Light targets cells for death and triggers immune response with laser precision

CHAMPAIGN, Ill. — A new method of precisely targeting troublesome cells for death using light could unlock new understanding of and treatments for cancer and inflammatory diseases, University of Illinois Urbana-Champaign researchers report.

Inflammatory cell death, knows as necroptosis, is an important regulatory tool in the body’s arsenal against disease. However, in some diseases, the process can go haywire; for example, cancer cells are able to suppress inflammatory signals and thus escape death.

“Usually treatments for cancer use pharmacological induction to kill the cells, but those chemicals tend to diffuse throughout the tissues and it’s hard to contain to a precise location. You get a lot of unwanted effects,” said study leader Kai Zhang, a professor of biochemistry at the U. of I. “We can make the cells responsive to light, and we can focus the light beam to be smaller than one cell. That is how we can use light to very precisely target a cell and turn on its death pathway.”

The researchers use a method called optogenetics to make the cells respond to light. They borrowed a light-activated gene from plants and inserted it into intestinal cell cultures, attaching it to the gene for RIPK3, a protein that regulates necroptosis.  

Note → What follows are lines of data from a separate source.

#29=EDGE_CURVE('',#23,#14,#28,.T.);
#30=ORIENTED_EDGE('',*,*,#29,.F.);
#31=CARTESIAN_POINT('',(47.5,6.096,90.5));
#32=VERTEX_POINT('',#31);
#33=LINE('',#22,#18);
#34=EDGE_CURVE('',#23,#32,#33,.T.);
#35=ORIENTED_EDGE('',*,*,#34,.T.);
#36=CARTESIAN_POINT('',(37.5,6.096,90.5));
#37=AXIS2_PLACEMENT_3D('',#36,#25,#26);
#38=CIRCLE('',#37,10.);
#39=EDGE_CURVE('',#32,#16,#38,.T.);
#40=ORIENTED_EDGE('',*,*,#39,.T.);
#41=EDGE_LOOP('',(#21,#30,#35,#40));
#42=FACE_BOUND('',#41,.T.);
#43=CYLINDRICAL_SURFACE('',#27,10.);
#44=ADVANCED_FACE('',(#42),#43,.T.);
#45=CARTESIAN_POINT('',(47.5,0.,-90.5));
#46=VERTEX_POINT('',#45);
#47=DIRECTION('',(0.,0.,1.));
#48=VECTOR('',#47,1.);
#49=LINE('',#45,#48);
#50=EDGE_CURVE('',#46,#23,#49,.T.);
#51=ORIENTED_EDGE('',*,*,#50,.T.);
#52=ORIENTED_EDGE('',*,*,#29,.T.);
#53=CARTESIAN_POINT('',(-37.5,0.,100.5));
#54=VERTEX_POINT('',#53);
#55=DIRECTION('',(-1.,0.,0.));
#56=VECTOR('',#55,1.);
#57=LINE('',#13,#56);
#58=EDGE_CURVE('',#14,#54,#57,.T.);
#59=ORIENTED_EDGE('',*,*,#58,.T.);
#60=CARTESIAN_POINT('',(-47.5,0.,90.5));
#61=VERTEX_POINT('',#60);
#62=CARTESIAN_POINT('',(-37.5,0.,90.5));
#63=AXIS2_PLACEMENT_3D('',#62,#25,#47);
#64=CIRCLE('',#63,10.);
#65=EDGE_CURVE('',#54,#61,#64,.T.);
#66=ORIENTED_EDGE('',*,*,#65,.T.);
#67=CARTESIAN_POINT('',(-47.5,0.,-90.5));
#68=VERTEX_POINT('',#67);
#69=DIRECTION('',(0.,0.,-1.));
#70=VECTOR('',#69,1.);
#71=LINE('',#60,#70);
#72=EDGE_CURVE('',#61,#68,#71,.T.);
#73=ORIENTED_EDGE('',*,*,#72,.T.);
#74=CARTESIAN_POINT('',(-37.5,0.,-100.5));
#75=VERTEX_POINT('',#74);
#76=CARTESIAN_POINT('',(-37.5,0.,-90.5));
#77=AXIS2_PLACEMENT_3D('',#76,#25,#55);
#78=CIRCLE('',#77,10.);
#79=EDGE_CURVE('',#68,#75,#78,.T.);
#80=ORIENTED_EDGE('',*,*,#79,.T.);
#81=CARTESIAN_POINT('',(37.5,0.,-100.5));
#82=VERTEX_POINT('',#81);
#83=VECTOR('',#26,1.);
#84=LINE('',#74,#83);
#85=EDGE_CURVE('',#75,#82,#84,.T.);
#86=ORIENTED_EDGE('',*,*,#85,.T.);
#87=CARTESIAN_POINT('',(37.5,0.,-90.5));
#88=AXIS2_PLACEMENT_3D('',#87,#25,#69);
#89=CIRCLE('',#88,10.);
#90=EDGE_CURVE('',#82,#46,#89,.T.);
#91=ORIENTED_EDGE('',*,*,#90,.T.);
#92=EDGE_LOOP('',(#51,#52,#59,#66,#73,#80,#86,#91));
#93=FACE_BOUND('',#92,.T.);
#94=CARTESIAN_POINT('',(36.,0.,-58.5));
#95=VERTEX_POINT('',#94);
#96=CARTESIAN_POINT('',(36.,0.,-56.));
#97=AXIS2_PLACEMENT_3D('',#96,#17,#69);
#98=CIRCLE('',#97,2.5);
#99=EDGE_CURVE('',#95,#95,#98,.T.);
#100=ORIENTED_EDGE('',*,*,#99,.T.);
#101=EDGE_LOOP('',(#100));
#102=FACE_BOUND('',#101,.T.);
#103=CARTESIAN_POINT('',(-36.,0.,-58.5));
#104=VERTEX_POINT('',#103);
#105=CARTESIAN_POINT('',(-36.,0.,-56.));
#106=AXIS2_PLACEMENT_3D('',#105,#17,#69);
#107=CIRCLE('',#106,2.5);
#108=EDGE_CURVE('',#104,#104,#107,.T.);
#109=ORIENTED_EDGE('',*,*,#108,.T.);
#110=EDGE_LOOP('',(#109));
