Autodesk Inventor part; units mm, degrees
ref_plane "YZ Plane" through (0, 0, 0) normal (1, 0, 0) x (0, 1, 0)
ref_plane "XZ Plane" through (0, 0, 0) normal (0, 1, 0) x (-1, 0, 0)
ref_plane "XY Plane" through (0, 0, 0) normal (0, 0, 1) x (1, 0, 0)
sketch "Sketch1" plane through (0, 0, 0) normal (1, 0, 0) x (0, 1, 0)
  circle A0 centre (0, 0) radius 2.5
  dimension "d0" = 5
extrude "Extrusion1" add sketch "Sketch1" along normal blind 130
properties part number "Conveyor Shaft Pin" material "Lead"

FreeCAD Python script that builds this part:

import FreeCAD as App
import Part
import Sketcher

V = App.Vector

doc = App.newDocument("Part")
params = doc.addObject("Spreadsheet::Sheet", "Params")
for row, (alias, value) in enumerate([
    ("sketch1_diameter", "5 mm"),
    ("pad1_length", "130 mm"),
], start=1):
    params.set(f"A{row}", alias)
    params.set(f"B{row}", "=" + value)
    params.setAlias(f"B{row}", alias)

body = doc.addObject("PartDesign::Body", "Body")

# Sketch on YZ plane
sketch1 = body.newObject("Sketcher::SketchObject", "Sketch")
sketch1.AttachmentSupport = (doc.getObject("YZ_Plane"), [""])
sketch1.MapMode = "FlatFace"
sketch1.addGeometry(Part.Circle(V(0, 0, 0), V(0, 0, 1), 2.5), False)
sketch1.addConstraint(Sketcher.Constraint("Coincident", 0, 3, -1, 1))
sketch1.addConstraint(Sketcher.Constraint("Diameter", 0, 5.0))
sketch1.setExpression("Constraints[1]", "Params.sketch1_diameter")
pad1 = body.newObject("PartDesign::Pad", "Pad")
pad1.Profile = sketch1
pad1.setExpression("Length", "Params.pad1_length")

doc.recompute()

“When activated, RIPK3 undergoes oligomerization — it forms clusters of protein complexes. Our light-sensitive proteins cluster together when exposed to blue light. So by triggering the light-sensitive proteins to come together, the RIPK3 comes together and oligomerizes, and that’s how we mimic the activation pathway,” said graduate student Teak-Jung Oh, the first author of the paper published in the Journal of Molecular Biology. 

However, killing the cell itself is not the only goal. Inducing the inflammatory cell death pathway, rather than outright killing the cell mechanically or chemically, triggers the immune system to respond. The ruptured cells release chemicals called cytokines that irritate nearby cells and attract T cells, white blood cells that play an important role in how the immune system identifies and attacks threats, Zhang said. 

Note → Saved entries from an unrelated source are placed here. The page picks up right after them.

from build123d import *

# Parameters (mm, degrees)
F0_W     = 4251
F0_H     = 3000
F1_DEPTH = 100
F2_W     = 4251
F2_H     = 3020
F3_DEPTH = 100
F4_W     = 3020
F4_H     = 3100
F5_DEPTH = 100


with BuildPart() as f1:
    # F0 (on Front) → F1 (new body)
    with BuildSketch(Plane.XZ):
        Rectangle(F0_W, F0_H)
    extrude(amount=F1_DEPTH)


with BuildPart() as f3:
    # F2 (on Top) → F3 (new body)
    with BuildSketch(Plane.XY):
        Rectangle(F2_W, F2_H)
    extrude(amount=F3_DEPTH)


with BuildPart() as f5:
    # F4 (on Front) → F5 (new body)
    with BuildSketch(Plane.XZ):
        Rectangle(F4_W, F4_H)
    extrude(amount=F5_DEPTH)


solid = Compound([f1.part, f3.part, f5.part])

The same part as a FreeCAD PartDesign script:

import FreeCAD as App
import Part
import Sketcher


def add_polygon(sketch, points):
    """Adds a closed chain of lines whose ends are joined by coincident constraints."""
    first, n = sketch.GeometryCount, len(points)
    for a, b in zip(points, points[1:] + points[:1]):
        sketch.addGeometry(Part.LineSegment(App.Vector(*a, 0), App.Vector(*b, 0)), False)
    for i in range(n):
        sketch.addConstraint(Sketcher.Constraint("Coincident", first + i, 2, first + (i + 1) % n, 1))

doc = App.newDocument("Part")
body = doc.addObject("PartDesign::Body", "Body")

# Sketch on XZ plane
sketch1 = doc.addObject("Sketcher::SketchObject", "Sketch")
body.addObject(sketch1)
sketch1.AttachmentSupport = (doc.XZ_Plane, [""])
sketch1.MapMode = "FlatFace"
add_polygon(sketch1, [(-2125.5, 1500), (-2125.5, -1500), (2125.5, -1500), (2125.5, 1500)])  # lines 0-3
sketch1.addConstraint([
    Sketcher.Constraint("Vertical", 0),
    Sketcher.Constraint("Horizontal", 1),
    Sketcher.Constraint("Vertical", 2),
    Sketcher.Constraint("Horizontal", 3),
    Sketcher.Constraint("Symmetric", 0, 2, 2, 2, -1, 1),
    Sketcher.Constraint("DistanceX", 1, 1, 1, 2, 4251.0),
    Sketcher.Constraint("DistanceY", 0, 2, 0, 1, 3000.0),
])
pad1 = doc.addObject("PartDesign::Pad", "Pad")
body.addObject(pad1)
pad1.Profile = sketch1
pad1.Length = 100
body2 = doc.addObject("PartDesign::Body", "Body001")

# Sketch on XY plane
sketch2 = doc.addObject("Sketcher::SketchObject", "Sketch001")
body2.addObject(sketch2)
sketch2.AttachmentSupport = (doc.getObject("XY_Plane001"), [""])
sketch2.MapMode = "FlatFace"
add_polygon(sketch2, [(-2125.5, 1510), (-2125.5, -1510), (2125.5, -1510), (2125.5, 1510)])  # lines 0-3
sketch2.addConstraint([
    Sketcher.Constraint("Vertical", 0),
    Sketcher.Constraint("Horizontal", 1),
    Sketcher.Constraint("Vertical", 2),
    Sketcher.Constraint("Horizontal", 3),
    Sketcher.Constraint("Symmetric", 0, 2, 2, 2, -1, 1),
    Sketcher.Constraint("DistanceX", 1, 1, 1, 2, 4251.0),
    Sketcher.Constraint("DistanceY", 0, 2, 0, 1, 3020.0),
])
pad2 = doc.addObject("PartDesign::Pad", "Pad001")
body2.addObject(pad2)
pad2.Profile = sketch2
pad2.Length = 100
body3 = doc.addObject("PartDesign::Body", "Body002")

# Sketch on XZ plane
sketch3 = doc.addObject("Sketcher::SketchObject", "Sketch002")
body3.addObject(sketch3)
sketch3.AttachmentSupport = (doc.getObject("XZ_Plane002"), [""])
sketch3.MapMode = "FlatFace"
add_polygon(sketch3, [(-1510, 1550), (-1510, -1550), (1510, -1550), (1510, 1550)])  # lines 0-3
sketch3.addConstraint([
    Sketcher.Constraint("Vertical", 0),
    Sketcher.Constraint("Horizontal", 1),
    Sketcher.Constraint("Vertical", 2),
    Sketcher.Constraint("Horizontal", 3),
    Sketcher.Constraint("Symmetric", 0, 2, 2, 2, -1, 1),
    Sketcher.Constraint("DistanceX", 1, 1, 1, 2, 3020.0),
    Sketcher.Constraint("DistanceY", 0, 2, 0, 1, 3100.0),
])
pad3 = doc.addObject("PartDesign::Pad", "Pad002")
body3.addObject(pad3)
pad3.Profile = sketch3
pad3.Length = 100

doc.recompute()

“Certain cancer cell types create a local immunosuppressive environment, where T cells are either not recruited or, if they do come, they do not recognize it as a threat and do not infiltrate the cancerous area. But by opening up some cancer cells through necroptosis, we hope to modulate this immune suppressive environment and help train the T cells to recognize and attack the cancer,” said Zhang, who is a member of the Cancer Center at Illinois.

Since the optogenetic system requires light delivery directly to tissues, human clinical applications in tissues deeper than skin are currently limited. However, the Illinois group plans to implement their system in mice next to further study necroptosis and immune response in cancer and other inflammatory diseases. They also will further investigate the in vitro platform’s potential for training T cells for immune therapies. 

“Understanding the cell signaling pathway for necroptosis is especially important because it has been known to be involved with diseases like neurodegenerative disease and inflammatory bowel disease. Knowing how necroptosis affects progression in these diseases is important. And if you don’t know the molecular mechanisms, you don’t really know what to target to slow the progression,” Oh said.

The National Institute of General Medical Sciences and National Institute of Mental Health of the National Institutes of Health, the National Science Foundation and the Cancer Center at Illinois supported this work. Zhang also is affiliated with the Beckman Institute for Advanced Science and Technology at Illinois.

Editor’s note: To reach Kai Zhang, email kaizkaiz@illinois.edu.

The paper, “Spatiotemporal control of inflammatory lytic cell death through optogenetic induction of RIPK3 oligomerization,” is available online. DOI: 10.1016/j.jmb.2024.168628

The National Institutes of Health supported this work through grants R01GM132438 and R01MH124827.